Darío Lema

Personal information
- Full name: Ángel Darío Lema
- Date of birth: 11 October 1976 (age 49)
- Place of birth: Gualeguaychú, Argentina
- Position: Forward

Team information
- Current team: Acassuso (manager)

Youth career
- Central Entrerriano
- Banfield

Senior career*
- Years: Team / Apps / (Gls)
- 1997–1999: Banfield / 17 / (2)
- 1999–2002: Brown de Adrogué / 71 / (36)
- 2002–2003: Platense / 28 / (4)
- 2003–2005: Tristán Suárez / 88 / (31)
- 2005: Atlanta / 16 / (8)
- 2006: Los Andes / 11 / (0)
- 2006–2007: Alvarado / 31 / (9)
- 2007: Unión Magdalena
- 2008: Cambaceres / 8 / (2)
- 2008–2013: Defensores Unidos / 168 / (66)
- 2013–2014: Luján / 18 / (2)

Managerial career
- 2017: Defensores Unidos (youth coordinator)
- 2017: Defensores Unidos
- 2017–2018: Deportivo Español
- 2019–2020: Defensores Unidos
- 2021–2023: Colegiales
- 2023: San Telmo
- 2023: Midland
- 2024: Universidad de Concepción
- 2024: Defensores Unidos
- 2025: Deportivo Armenio
- 2025–: Acassuso

= Darío Lema =

Argentine footballer

Ángel Darío Lema (born 11 October 1976), known as Darío Lema, is an Argentine football manager and former player who played as a forward.
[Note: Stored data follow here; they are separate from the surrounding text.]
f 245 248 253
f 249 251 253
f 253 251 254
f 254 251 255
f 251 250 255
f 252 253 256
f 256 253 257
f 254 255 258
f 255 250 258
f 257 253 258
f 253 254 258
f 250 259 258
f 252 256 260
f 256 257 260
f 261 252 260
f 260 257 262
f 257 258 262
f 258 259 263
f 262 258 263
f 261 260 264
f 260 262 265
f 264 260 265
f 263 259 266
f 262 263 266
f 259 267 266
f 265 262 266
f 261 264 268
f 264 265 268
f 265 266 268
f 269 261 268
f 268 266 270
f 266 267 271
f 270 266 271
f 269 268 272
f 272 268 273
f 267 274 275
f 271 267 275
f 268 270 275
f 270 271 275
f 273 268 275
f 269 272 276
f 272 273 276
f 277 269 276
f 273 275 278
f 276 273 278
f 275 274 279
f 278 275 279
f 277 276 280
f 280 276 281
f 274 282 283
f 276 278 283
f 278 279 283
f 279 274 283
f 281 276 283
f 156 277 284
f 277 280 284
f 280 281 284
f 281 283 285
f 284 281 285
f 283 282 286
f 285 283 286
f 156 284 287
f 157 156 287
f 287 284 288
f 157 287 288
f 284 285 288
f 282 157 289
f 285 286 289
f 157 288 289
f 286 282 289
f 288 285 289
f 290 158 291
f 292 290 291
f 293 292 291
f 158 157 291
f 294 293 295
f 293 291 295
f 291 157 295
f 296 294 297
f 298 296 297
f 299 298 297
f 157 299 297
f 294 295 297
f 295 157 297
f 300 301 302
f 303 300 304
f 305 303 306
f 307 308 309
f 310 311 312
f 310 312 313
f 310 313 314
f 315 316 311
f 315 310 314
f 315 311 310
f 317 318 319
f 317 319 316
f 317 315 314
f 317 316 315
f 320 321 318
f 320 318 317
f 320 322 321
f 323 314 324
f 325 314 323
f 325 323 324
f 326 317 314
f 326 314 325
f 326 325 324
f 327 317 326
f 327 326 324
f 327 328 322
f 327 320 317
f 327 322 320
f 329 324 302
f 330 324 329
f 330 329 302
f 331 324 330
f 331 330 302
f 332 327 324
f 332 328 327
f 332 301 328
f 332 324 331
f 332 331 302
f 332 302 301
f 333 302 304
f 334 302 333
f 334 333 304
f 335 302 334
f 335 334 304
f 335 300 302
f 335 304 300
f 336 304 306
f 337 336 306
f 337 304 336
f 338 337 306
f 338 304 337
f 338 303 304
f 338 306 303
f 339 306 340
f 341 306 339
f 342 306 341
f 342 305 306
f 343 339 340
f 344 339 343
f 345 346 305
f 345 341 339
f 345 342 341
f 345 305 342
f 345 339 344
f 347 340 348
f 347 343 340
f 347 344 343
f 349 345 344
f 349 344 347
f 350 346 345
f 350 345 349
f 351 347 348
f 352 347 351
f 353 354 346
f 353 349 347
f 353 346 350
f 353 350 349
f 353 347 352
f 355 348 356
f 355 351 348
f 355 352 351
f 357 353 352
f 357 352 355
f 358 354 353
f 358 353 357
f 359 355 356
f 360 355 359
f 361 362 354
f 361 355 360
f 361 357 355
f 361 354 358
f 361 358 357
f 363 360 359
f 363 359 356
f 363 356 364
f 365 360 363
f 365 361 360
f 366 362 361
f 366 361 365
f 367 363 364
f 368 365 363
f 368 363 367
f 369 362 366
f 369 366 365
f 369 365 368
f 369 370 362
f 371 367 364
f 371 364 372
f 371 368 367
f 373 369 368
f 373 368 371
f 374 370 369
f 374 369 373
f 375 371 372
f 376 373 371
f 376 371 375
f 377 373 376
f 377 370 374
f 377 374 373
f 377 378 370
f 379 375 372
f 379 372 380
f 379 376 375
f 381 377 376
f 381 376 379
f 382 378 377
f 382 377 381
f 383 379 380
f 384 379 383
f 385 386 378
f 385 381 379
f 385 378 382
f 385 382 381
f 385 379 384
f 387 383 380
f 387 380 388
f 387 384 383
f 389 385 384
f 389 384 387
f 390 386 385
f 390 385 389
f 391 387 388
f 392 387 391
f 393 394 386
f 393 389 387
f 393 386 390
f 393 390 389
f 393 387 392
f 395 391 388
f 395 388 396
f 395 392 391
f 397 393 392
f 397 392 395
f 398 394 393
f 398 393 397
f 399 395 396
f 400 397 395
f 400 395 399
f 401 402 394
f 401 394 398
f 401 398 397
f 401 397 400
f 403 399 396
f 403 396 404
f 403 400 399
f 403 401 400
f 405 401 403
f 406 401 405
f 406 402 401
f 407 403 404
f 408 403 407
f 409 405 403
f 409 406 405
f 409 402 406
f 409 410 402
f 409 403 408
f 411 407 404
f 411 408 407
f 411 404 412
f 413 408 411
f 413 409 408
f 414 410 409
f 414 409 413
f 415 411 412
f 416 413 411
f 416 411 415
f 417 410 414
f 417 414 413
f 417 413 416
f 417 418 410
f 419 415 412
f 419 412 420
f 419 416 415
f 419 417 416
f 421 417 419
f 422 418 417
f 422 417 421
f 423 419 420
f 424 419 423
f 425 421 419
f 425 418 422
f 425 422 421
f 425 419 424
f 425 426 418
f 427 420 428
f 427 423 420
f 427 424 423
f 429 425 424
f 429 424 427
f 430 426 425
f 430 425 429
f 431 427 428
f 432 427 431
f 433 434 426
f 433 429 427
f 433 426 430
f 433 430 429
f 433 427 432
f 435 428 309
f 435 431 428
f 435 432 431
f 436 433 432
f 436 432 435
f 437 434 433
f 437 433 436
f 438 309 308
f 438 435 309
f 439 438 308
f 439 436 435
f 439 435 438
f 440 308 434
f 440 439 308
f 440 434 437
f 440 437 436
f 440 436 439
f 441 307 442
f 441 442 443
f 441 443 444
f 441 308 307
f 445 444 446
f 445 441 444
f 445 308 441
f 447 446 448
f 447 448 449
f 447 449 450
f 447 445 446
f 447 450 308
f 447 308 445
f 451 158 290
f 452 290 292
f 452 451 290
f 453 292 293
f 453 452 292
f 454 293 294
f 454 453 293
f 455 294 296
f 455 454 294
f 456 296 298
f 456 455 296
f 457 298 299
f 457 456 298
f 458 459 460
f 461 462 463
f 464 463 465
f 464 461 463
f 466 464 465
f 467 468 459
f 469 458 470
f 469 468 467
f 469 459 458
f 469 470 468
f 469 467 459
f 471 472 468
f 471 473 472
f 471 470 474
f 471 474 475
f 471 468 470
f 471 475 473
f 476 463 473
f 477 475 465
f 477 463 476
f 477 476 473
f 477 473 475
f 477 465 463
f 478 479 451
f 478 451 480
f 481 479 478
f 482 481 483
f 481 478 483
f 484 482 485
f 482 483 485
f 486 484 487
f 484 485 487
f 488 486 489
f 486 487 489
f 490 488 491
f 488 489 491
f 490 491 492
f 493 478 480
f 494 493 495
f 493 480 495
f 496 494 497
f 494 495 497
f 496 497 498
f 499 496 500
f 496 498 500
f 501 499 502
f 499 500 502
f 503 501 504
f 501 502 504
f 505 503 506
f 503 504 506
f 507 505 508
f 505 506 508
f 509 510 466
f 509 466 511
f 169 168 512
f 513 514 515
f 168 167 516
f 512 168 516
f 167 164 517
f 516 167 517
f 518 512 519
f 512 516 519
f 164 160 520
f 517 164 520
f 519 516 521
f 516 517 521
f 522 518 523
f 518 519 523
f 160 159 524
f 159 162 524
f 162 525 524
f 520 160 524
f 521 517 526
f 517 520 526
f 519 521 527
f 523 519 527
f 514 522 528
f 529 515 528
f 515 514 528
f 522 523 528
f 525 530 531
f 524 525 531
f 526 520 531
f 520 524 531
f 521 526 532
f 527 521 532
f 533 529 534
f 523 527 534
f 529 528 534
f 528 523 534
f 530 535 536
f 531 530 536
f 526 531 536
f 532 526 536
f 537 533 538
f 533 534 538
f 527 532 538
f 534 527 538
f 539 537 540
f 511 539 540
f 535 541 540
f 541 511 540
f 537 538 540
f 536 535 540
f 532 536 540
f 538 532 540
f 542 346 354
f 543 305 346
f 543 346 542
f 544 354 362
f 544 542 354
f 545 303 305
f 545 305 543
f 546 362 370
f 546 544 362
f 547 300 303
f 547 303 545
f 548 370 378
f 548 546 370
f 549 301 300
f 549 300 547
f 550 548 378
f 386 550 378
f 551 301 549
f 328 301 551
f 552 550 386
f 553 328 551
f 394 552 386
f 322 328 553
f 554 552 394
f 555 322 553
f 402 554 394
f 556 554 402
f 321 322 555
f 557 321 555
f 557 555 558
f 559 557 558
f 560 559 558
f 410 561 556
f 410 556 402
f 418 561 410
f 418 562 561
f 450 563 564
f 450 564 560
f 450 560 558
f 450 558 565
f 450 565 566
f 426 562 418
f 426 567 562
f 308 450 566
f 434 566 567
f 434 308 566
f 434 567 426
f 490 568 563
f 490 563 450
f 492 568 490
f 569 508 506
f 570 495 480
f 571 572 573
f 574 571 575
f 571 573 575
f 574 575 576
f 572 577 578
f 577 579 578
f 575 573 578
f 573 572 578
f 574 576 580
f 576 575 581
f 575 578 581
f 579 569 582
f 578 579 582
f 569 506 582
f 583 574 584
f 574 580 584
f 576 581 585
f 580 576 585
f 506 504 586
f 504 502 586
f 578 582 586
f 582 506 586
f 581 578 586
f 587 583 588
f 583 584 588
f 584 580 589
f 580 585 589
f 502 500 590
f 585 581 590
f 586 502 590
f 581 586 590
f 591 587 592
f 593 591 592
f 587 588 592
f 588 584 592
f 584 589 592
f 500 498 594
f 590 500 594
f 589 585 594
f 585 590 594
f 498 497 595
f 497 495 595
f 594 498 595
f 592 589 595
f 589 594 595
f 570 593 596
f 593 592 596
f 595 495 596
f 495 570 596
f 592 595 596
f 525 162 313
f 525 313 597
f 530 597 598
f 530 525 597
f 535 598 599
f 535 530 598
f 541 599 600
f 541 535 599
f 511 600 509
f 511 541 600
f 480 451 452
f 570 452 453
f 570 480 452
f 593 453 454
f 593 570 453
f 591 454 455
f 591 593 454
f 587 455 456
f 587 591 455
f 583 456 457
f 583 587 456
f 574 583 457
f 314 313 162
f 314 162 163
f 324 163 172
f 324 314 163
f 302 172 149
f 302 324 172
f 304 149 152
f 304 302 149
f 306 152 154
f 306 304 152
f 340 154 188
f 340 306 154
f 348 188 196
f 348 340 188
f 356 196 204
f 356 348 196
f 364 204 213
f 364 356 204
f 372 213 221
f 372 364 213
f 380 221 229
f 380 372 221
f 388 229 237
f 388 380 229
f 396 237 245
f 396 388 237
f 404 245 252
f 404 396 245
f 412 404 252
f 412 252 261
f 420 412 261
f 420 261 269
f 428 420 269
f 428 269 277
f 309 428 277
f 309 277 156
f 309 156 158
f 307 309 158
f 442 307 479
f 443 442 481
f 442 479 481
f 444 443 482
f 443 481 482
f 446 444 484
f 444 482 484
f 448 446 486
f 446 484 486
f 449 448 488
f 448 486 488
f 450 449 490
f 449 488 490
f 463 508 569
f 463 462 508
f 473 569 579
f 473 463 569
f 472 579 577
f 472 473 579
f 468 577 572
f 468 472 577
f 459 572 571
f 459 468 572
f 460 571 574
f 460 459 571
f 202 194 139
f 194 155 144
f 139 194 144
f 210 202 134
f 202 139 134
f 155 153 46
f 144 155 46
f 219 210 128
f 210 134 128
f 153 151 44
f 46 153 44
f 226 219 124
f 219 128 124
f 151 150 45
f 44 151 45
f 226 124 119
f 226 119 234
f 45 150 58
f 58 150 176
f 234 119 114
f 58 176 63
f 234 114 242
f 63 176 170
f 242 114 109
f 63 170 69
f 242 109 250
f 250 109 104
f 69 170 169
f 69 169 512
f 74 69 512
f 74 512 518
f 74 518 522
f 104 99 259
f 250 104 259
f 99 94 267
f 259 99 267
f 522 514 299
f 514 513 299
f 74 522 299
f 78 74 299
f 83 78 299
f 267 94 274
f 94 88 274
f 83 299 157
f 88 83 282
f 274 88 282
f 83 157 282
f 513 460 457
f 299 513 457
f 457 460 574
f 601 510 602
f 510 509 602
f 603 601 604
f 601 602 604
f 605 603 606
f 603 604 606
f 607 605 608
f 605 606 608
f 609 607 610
He is the current manager of Acassuso.

==Career==
Born in Gualeguaychú, Argentina, Lema was with Central Entrerriano before joining Banfield, with whom he made his professional debut in 1997. In his homeland, he also played for clubs such as Brown de Adrogué, Platense, Atlanta, Alvarado, Defensores de Cambaceres, Defensores Unidos, among others.

Abroad, Lema played for Unión Magdalena in the 2007 Colombian Primera B.

His last club was Luján in 2013–14.

==Coaching career==
Lema started his career with Defensores Unidos in August 2017, after serving as coordinator for the youth ranks. Later, he has led clubs in his homeland such as Colegiales, Deportivo Armenio, among others.

In January 2024, Lema assumed as manager of Chilean club Universidad de Concepción. He was released in April of the same year.

In 2025, Lema assumed as manager of Acassuso.